Saturday, October 12, 2002


Very early talkie in the "old dark house" genre. It's based on a famous play and novel, "The Bat" by Mary Roberts Rinehart, and its stage origins show for most of the running time, but in the opening (and in a few key sequences later) the camera is let loose to do some wild things. There is some nice subjective camera work with long swoops over miniature sets, especially in a shot over a long row of trees outside of a secluded mansion. As far as the plot, a bank robbery occurs and a number of folks think that the loot might be hidden in a large old house that has been rented for the season by Corneila, perhaps the first in a long line of Hollywood "feisty old ladies" (played by Grayce Hampton). The bulk of the movie takes place in the house with Hampton, her niece (Una Merkel, good as always), an easily spooked maid, and assorted visitors.

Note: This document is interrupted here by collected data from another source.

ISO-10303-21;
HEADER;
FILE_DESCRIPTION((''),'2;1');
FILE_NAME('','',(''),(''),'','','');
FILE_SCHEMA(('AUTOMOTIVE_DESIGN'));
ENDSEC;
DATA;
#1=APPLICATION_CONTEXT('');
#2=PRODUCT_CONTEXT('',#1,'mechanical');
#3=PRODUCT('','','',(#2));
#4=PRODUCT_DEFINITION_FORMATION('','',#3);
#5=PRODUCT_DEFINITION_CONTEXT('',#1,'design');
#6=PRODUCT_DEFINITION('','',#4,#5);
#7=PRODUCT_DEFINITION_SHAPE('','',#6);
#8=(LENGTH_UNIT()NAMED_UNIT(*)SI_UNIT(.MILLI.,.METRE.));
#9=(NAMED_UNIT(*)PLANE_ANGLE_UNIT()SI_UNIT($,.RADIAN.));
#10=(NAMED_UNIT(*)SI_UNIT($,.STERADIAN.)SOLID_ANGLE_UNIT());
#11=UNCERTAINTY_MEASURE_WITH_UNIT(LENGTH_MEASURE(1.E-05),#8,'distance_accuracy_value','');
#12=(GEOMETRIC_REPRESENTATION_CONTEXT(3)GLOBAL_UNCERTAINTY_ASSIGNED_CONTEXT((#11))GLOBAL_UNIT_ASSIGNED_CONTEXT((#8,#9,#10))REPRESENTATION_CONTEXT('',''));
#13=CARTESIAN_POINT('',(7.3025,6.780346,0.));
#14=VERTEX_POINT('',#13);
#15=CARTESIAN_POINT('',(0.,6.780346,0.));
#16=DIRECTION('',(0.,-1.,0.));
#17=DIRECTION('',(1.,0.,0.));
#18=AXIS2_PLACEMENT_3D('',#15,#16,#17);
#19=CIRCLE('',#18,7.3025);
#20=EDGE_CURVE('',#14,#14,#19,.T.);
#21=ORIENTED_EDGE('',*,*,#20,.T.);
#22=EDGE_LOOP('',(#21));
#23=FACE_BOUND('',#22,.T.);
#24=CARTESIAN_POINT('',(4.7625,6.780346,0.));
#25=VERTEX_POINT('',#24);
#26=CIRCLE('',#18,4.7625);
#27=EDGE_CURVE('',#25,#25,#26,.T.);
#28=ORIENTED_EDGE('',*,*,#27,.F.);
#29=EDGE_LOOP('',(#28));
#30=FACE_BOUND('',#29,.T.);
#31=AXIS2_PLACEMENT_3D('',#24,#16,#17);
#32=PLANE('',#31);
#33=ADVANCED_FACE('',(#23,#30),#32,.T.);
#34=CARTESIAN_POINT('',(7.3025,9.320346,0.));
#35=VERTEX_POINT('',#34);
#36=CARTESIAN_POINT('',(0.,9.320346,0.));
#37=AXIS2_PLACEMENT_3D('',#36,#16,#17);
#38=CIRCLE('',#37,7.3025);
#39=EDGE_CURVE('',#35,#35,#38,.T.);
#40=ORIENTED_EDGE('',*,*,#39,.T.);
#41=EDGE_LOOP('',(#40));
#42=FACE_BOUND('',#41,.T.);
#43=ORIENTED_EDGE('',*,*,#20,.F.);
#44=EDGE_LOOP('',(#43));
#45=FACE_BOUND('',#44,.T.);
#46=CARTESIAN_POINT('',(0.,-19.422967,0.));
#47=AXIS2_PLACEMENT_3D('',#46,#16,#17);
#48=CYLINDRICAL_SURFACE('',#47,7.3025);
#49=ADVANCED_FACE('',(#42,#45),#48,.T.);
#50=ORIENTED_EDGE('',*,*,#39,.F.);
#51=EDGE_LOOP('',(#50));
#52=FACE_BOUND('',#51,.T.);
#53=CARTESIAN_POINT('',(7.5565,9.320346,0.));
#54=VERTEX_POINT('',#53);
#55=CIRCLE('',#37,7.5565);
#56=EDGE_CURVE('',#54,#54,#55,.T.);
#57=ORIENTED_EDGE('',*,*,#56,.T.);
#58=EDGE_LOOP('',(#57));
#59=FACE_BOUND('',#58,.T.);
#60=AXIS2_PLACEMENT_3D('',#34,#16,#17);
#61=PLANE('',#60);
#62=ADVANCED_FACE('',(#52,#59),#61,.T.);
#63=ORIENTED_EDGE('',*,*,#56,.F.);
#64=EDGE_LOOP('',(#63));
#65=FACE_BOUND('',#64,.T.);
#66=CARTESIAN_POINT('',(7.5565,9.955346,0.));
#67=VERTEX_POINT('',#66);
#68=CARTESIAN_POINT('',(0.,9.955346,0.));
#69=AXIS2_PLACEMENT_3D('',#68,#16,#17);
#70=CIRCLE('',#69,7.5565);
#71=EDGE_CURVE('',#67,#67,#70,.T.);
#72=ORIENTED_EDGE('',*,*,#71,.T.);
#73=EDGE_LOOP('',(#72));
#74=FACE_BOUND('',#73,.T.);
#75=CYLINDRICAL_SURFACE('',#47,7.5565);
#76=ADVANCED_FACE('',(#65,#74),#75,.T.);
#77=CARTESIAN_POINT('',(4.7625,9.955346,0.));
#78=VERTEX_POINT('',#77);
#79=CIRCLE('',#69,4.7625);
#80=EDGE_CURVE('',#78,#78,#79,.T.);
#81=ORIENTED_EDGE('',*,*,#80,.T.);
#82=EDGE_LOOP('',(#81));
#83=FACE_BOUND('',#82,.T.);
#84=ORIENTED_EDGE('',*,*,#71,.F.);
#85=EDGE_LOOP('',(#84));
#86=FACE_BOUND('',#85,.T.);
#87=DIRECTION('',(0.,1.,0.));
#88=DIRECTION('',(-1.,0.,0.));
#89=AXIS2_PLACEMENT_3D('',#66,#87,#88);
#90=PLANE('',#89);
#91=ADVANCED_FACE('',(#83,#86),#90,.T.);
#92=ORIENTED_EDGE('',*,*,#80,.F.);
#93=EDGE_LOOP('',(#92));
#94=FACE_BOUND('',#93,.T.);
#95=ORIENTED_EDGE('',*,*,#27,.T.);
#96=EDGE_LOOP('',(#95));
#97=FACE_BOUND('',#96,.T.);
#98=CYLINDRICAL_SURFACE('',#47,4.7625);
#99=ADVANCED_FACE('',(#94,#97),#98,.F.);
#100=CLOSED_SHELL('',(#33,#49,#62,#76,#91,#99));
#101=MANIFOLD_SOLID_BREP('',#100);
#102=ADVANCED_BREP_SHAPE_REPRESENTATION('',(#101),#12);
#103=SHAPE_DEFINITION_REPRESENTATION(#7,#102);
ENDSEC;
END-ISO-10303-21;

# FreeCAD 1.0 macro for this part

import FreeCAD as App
import Part
import Sketcher
Q = App.Units.Quantity

doc = App.newDocument("Part")
body = doc.addObject("PartDesign::Body", "Body")

sketch1 = doc.addObject("Sketcher::SketchObject", "Sketch")
body.addObject(sketch1)
sketch1.AttachmentSupport = (doc.XY_Plane, [""])
sketch1.MapMode = "FlatFace"
sketch1.addGeometry([
    Part.LineSegment(App.Vector(4.76, 9.96, 0), App.Vector(4.76, 6.78, 0)),
    Part.LineSegment(App.Vector(4.76, 6.78, 0), App.Vector(7.3, 6.78, 0)),
    Part.LineSegment(App.Vector(7.3, 6.78, 0), App.Vector(7.3, 9.32, 0)),
    Part.LineSegment(App.Vector(7.3, 9.32, 0), App.Vector(7.56, 9.32, 0)),
    Part.LineSegment(App.Vector(7.56, 9.32, 0), App.Vector(7.56, 9.96, 0)),
    Part.LineSegment(App.Vector(7.56, 9.96, 0), App.Vector(4.76, 9.96, 0)),
], False)
sketch1.addConstraint([
    Sketcher.Constraint("Coincident", 0, 2, 1, 1),
    Sketcher.Constraint("Coincident", 1, 2, 2, 1),
    Sketcher.Constraint("Coincident", 2, 2, 3, 1),
    Sketcher.Constraint("Coincident", 3, 2, 4, 1),
    Sketcher.Constraint("Coincident", 4, 2, 5, 1),
    Sketcher.Constraint("Coincident", 5, 2, 0, 1),
    Sketcher.Constraint("Vertical", 0),
    Sketcher.Constraint("Horizontal", 1),
    Sketcher.Constraint("Vertical", 2),
    Sketcher.Constraint("Horizontal", 3),
    Sketcher.Constraint("Vertical", 4),
    Sketcher.Constraint("Horizontal", 5),
    Sketcher.Constraint("Equal", 1, 2),
    Sketcher.Constraint("DistanceX", 1, 1, 1, 2, Q("0.1 in")),
    Sketcher.Constraint("DistanceX", 3, 1, 3, 2, Q("0.01 in")),
    Sketcher.Constraint("DistanceY", 0, 2, 0, 1, Q("0.125 in")),
    Sketcher.Constraint("DistanceX", -1, 1, 0, 2, Q("0.1875 in")),
    Sketcher.Constraint("DistanceY", -1, 1, 0, 2, 6.780346),
])
revolution = doc.addObject("PartDesign::Revolution", "Revolution")
body.addObject(revolution)
revolution.Profile = sketch1
revolution.ReferenceAxis = (sketch1, ["V_Axis"])
revolution.Angle = 360

doc.recompute()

The plot doesn't stand up to much analysis. Merkel's boyfriend (William Bakewell) is a suspect and sneaks his way into the household by posing as a gardener, but nothing much comes of that plotline. The very Prussion Gustav von Seyffertitz plays a potential villain, and Chester Morris (looking very different then he does in his later movies) plays a detective who is hiding some secrets of his own. The first few scenes, with the Bat stealing jewels from a locked safe in a high-rise apartment, and the setting-up of the old house mystery, are promising. But as the characters start piling up, the possible motivations of the suspects become vague, and I eventually lost interest in figuring out who was who. One very amusing scene (the tone of the film is fairly light throughout) involves the skittish maid tying a bear trap to her bedpost and throwing it out the window, trying to catch the killer--soon, she actually *does* catch someone! Interesting at times, but not terribly compelling, and Morris, considering his top billing, doesn't really wind up with much to do. A later version, THE BAT, from 1959, with Vincent Price and Agnes Moorehead, isn't much better. Even the combination of those two scenery-chewers doesn't generate much excitement.